Thursday, 15 June 2017

The Holy Spirit in The Prayer Books: Part 7-—Midday Prayer and the Scandal of Particularity

The seventh in the Holy Spirit in the Prayer Books series in the Spring 2017 issue of Anglicans for Renewal:

Tucked away in between Morning and Evening Prayer in both The Book of Common Prayer (BCP) and The Book of Alternative Services (BAS) are PRAYERS AT MID-DAY (BCP p16, BAS p56). Brief, to the point, and with an evangelistic missional focus—an excellent three minute act of worship and prayer for middle of the day (Ps 55.17). As usual, the work of the Holy Spirit is woven into this short liturgy.


In the BCP, the Holy Spirit is the One in whose name we pray and "who livest and reignest" with the Father and our BLESSED and ALMIGHTY Saviour "ever one God, world without end. Amen."


In the BAS the Holy Spirit features prominently in the first of the suggested passages of scripture:
The fruit of the Spirit is love, joy, peace, patience, kindness, goodness, faithfulness, gentleness, self-control. If we live by the Spirit, let us also walk by the Spirit. (Gal 5.22, 23a, 25; BAS p57) 
An excellent mid-day reminder to ask myself by whom, or what, I'm living and walking that day. "For the desires of the flesh are against the Spirit," Paul reminds us, "and the desires of the Spirit are against the flesh, for these are opposed to each other, to keep you from doing the things you want to do" (Gal 5.17). Opposed to each other! Living and walking by the flesh—by my preferences, appetites and ambitions—is opposed to living and walking by the Holy Spirit. I'm not necessarily supposed to get to do what I want. Neither are you. Praying the Prayer Book liturgies will lead and guide us into living and walking in the Holy Spirit, Sunday by Sunday, day by day, morning, noon and night. (For more on the Fruit of the Spirit, see the series of five articles in previous issues of Anglicans for Renewal from Spring 2015 to Spring 2016 or at GENEralities—

And then, "Heavenly Father," we pray, "send your Holy Spirit into our hearts to comfort us in all our afflictions, to defend us from all error, and to lead us into all truth" (BAS, p58). The Father sends him, just as we declare in the Nicene Creed, to comfort, defend and lead. If ever there was a time when we Canadian Anglicans need defending from error and leading into truth it is now. Worth praying every noon hour, methinks.
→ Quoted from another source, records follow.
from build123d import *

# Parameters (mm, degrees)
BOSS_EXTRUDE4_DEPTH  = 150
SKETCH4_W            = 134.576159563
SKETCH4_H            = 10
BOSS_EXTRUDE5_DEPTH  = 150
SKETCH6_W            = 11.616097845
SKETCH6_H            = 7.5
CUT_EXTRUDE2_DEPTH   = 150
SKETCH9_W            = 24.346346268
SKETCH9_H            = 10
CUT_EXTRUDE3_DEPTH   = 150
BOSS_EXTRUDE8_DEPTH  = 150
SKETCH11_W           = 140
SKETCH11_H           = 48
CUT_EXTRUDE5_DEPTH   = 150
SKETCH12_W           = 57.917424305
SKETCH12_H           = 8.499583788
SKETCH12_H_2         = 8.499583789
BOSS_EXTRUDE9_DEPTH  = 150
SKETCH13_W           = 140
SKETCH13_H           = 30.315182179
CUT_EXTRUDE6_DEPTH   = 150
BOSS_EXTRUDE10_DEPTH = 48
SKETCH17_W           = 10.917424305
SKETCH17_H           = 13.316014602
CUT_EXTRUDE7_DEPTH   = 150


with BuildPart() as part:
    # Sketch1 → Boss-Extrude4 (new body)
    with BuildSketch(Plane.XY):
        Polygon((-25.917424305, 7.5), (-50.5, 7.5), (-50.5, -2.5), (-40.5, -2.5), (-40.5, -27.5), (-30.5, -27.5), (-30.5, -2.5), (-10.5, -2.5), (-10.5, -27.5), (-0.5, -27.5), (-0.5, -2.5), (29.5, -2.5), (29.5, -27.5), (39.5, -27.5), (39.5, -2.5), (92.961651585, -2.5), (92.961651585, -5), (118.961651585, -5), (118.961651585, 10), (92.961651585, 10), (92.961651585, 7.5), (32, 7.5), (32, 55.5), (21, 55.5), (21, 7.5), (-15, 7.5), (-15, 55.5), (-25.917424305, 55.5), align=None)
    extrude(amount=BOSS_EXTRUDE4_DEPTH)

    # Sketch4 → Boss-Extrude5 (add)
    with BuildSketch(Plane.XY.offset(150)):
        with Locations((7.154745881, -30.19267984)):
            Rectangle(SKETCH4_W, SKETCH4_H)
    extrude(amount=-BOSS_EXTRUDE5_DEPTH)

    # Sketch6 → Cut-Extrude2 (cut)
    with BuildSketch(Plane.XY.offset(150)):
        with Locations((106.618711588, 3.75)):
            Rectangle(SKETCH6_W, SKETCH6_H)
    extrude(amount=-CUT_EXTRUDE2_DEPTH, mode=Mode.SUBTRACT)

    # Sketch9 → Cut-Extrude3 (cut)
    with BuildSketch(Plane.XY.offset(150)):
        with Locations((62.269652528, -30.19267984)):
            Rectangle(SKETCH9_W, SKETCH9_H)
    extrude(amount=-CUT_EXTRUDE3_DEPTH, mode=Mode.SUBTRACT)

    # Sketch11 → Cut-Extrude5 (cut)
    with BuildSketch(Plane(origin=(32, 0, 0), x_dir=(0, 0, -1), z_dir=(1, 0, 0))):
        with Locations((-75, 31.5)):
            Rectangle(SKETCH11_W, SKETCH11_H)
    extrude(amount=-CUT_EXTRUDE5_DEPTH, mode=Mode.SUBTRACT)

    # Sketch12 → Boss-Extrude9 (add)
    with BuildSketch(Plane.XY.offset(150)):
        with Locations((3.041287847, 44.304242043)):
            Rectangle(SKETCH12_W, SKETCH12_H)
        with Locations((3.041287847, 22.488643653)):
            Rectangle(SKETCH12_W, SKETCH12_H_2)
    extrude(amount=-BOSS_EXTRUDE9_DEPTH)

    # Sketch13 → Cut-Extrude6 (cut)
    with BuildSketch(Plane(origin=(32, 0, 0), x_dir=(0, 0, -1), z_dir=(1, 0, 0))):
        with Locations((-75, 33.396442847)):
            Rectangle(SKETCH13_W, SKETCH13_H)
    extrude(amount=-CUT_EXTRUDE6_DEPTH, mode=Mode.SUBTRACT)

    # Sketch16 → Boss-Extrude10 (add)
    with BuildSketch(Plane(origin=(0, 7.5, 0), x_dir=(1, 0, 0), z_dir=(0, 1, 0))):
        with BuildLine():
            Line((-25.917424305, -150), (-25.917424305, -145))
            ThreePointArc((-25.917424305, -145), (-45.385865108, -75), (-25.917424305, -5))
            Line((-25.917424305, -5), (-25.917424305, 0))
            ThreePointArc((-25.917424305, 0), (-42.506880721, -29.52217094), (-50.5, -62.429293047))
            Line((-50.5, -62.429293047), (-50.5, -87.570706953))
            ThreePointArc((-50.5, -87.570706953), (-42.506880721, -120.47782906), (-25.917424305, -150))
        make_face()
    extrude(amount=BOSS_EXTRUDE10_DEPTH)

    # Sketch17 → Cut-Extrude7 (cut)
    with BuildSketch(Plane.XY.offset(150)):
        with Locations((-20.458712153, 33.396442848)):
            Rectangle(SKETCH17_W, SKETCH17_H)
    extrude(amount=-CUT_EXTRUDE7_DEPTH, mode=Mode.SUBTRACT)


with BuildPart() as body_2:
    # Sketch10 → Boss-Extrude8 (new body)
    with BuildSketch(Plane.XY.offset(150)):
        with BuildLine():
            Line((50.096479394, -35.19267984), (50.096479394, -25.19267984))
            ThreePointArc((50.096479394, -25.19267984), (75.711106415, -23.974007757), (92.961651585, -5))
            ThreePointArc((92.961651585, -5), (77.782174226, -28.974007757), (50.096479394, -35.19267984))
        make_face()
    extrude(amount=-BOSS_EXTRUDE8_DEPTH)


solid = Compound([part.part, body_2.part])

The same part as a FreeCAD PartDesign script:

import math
import FreeCAD as App
import Part
import Sketcher
from FreeCAD import Vector
Q = App.Units.Quantity

doc = App.newDocument("Part")
body = doc.addObject("PartDesign::Body", "Body")

sketch1 = body.newObject("Sketcher::SketchObject", "Sketch")
sketch1.AttachmentSupport = (doc.getObject("XY_Plane"), [""])
sketch1.MapMode = "FlatFace"
sketch1.addGeometry([
    Part.LineSegment(Vector(-25.9, 7.5, 0), Vector(-50.5, 7.5, 0)),
    Part.LineSegment(Vector(-50.5, 7.5, 0), Vector(-50.5, -2.5, 0)),
    Part.LineSegment(Vector(-50.5, -2.5, 0), Vector(-40.5, -2.5, 0)),
    Part.LineSegment(Vector(-40.5, -2.5, 0), Vector(-40.5, -27.5, 0)),
    Part.LineSegment(Vector(-40.5, -27.5, 0), Vector(-30.5, -27.5, 0)),
    Part.LineSegment(Vector(-30.5, -27.5, 0), Vector(-30.5, -2.5, 0)),
    Part.LineSegment(Vector(-30.5, -2.5, 0), Vector(-10.5, -2.5, 0)),
    Part.LineSegment(Vector(-10.5, -2.5, 0), Vector(-10.5, -27.5, 0)),
    Part.LineSegment(Vector(-10.5, -27.5, 0), Vector(-0.5, -27.5, 0)),
    Part.LineSegment(Vector(-0.5, -27.5, 0), Vector(-0.5, -2.5, 0)),
    Part.LineSegment(Vector(-0.5, -2.5, 0), Vector(29.5, -2.5, 0)),
    Part.LineSegment(Vector(29.5, -2.5, 0), Vector(29.5, -27.5, 0)),
    Part.LineSegment(Vector(29.5, -27.5, 0), Vector(39.5, -27.5, 0)),
    Part.LineSegment(Vector(39.5, -27.5, 0), Vector(39.5, -2.5, 0)),
    Part.LineSegment(Vector(39.5, -2.5, 0), Vector(93, -2.5, 0)),
    Part.LineSegment(Vector(93, -2.5, 0), Vector(93, -5, 0)),
    Part.LineSegment(Vector(93, -5, 0), Vector(119, -5, 0)),
    Part.LineSegment(Vector(119, -5, 0), Vector(119, 10, 0)),
    Part.LineSegment(Vector(119, 10, 0), Vector(93, 10, 0)),
    Part.LineSegment(Vector(93, 10, 0), Vector(93, 7.5, 0)),
    Part.LineSegment(Vector(93, 7.5, 0), Vector(32, 7.5, 0)),
    Part.LineSegment(Vector(32, 7.5, 0), Vector(32, 55.5, 0)),
    Part.LineSegment(Vector(32, 55.5, 0), Vector(21, 55.5, 0)),
    Part.LineSegment(Vector(21, 55.5, 0), Vector(21, 7.5, 0)),
    Part.LineSegment(Vector(21, 7.5, 0), Vector(-15, 7.5, 0)),
    Part.LineSegment(Vector(-15, 7.5, 0), Vector(-15, 55.5, 0)),
    Part.LineSegment(Vector(-15, 55.5, 0), Vector(-25.9, 55.5, 0)),
    Part.LineSegment(Vector(-25.9, 55.5, 0), Vector(-25.9, 7.5, 0)),
], False)
sketch1.addConstraint([
    Sketcher.Constraint("Coincident", 0, 2, 1, 1),
    Sketcher.Constraint("Coincident", 1, 2, 2, 1),
    Sketcher.Constraint("Coincident", 2, 2, 3, 1),
    Sketcher.Constraint("Coincident", 3, 2, 4, 1),
    Sketcher.Constraint("Coincident", 4, 2, 5, 1),
    Sketcher.Constraint("Coincident", 5, 2, 6, 1),
    Sketcher.Constraint("Coincident", 6, 2, 7, 1),
    Sketcher.Constraint("Coincident", 7, 2, 8, 1),
    Sketcher.Constraint("Coincident", 8, 2, 9, 1),
    Sketcher.Constraint("Coincident", 9, 2, 10, 1),
    Sketcher.Constraint("Coincident", 10, 2, 11, 1),
    Sketcher.Constraint("Coincident", 11, 2, 12, 1),
    Sketcher.Constraint("Coincident", 12, 2, 13, 1),
    Sketcher.Constraint("Coincident", 13, 2, 14, 1),
    Sketcher.Constraint("Coincident", 14, 2, 15, 1),
    Sketcher.Constraint("Coincident", 15, 2, 16, 1),
    Sketcher.Constraint("Coincident", 16, 2, 17, 1),
    Sketcher.Constraint("Coincident", 17, 2, 18, 1),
The Scandal of Particularity 

Next come two prayers which appear in both books asking that "all the peoples of the earth may look to you (Blessed Saviour) and be saved," that all the world would be filled with radiance of our Almighty Saviour's glory and "that all nations may come and worship you." Amen! And there we have what past Archbishop of Canterbury, George Carey, wrote that theologians call "the scandal of particularity."
That is, Christianity makes the bold claim that Jesus Christ is so incomparable that we meet God fully in Him. In this particular man, God is known. This does not mean, of course, that God cannot be know in other faiths. Mainstream Christianity treats other religions with respect and allows that God can be known and is known by men and women of non-Christian faiths. We do not deny that in the higher religions of mankind there are glimpses of the divine. But we cannot shift from the conviction that is as old as the New Testament: that God is revealed fully and finally in the person of Jesus Christ. We know how infuriating and arrogant such a claim must seem to those who sincerely believe that in their scriptures and in their worship God is found and experienced. But we have to say with Paul as he preached to the adherents of other faiths in Athens: "Whom therefore ye ignorantly worship, Him declare I unto you" (Acts 17.23). This is the scandal of particularity with which we must live. Christina's cannot yield this un-negotiable element in their faith. We believe that the God of the universe longs to reveal Himself and He does so in many different ways and forms, through religion, through reason, art, and human intelligence, but each and every one of these ways is limited. Only in a personal relationship with Jesus Christ can God be fully known, worshipped and obeyed." (The Most Reverend George Carey, "Archbishop's Voice," The Anglican Digest, Pentecost 1992, p62)
Very much worth praying for. Daily. Our world needs to filled with that radiance more and more every day. By living and walking prayerfully in the power of the Holy Spirit with the help of such Canadian Anglican treasures as Mid-Day Prayer we are comforted, defended and led into the wonder and scandalous particularity who is our Blessed and Almighty Saviour, Jesus.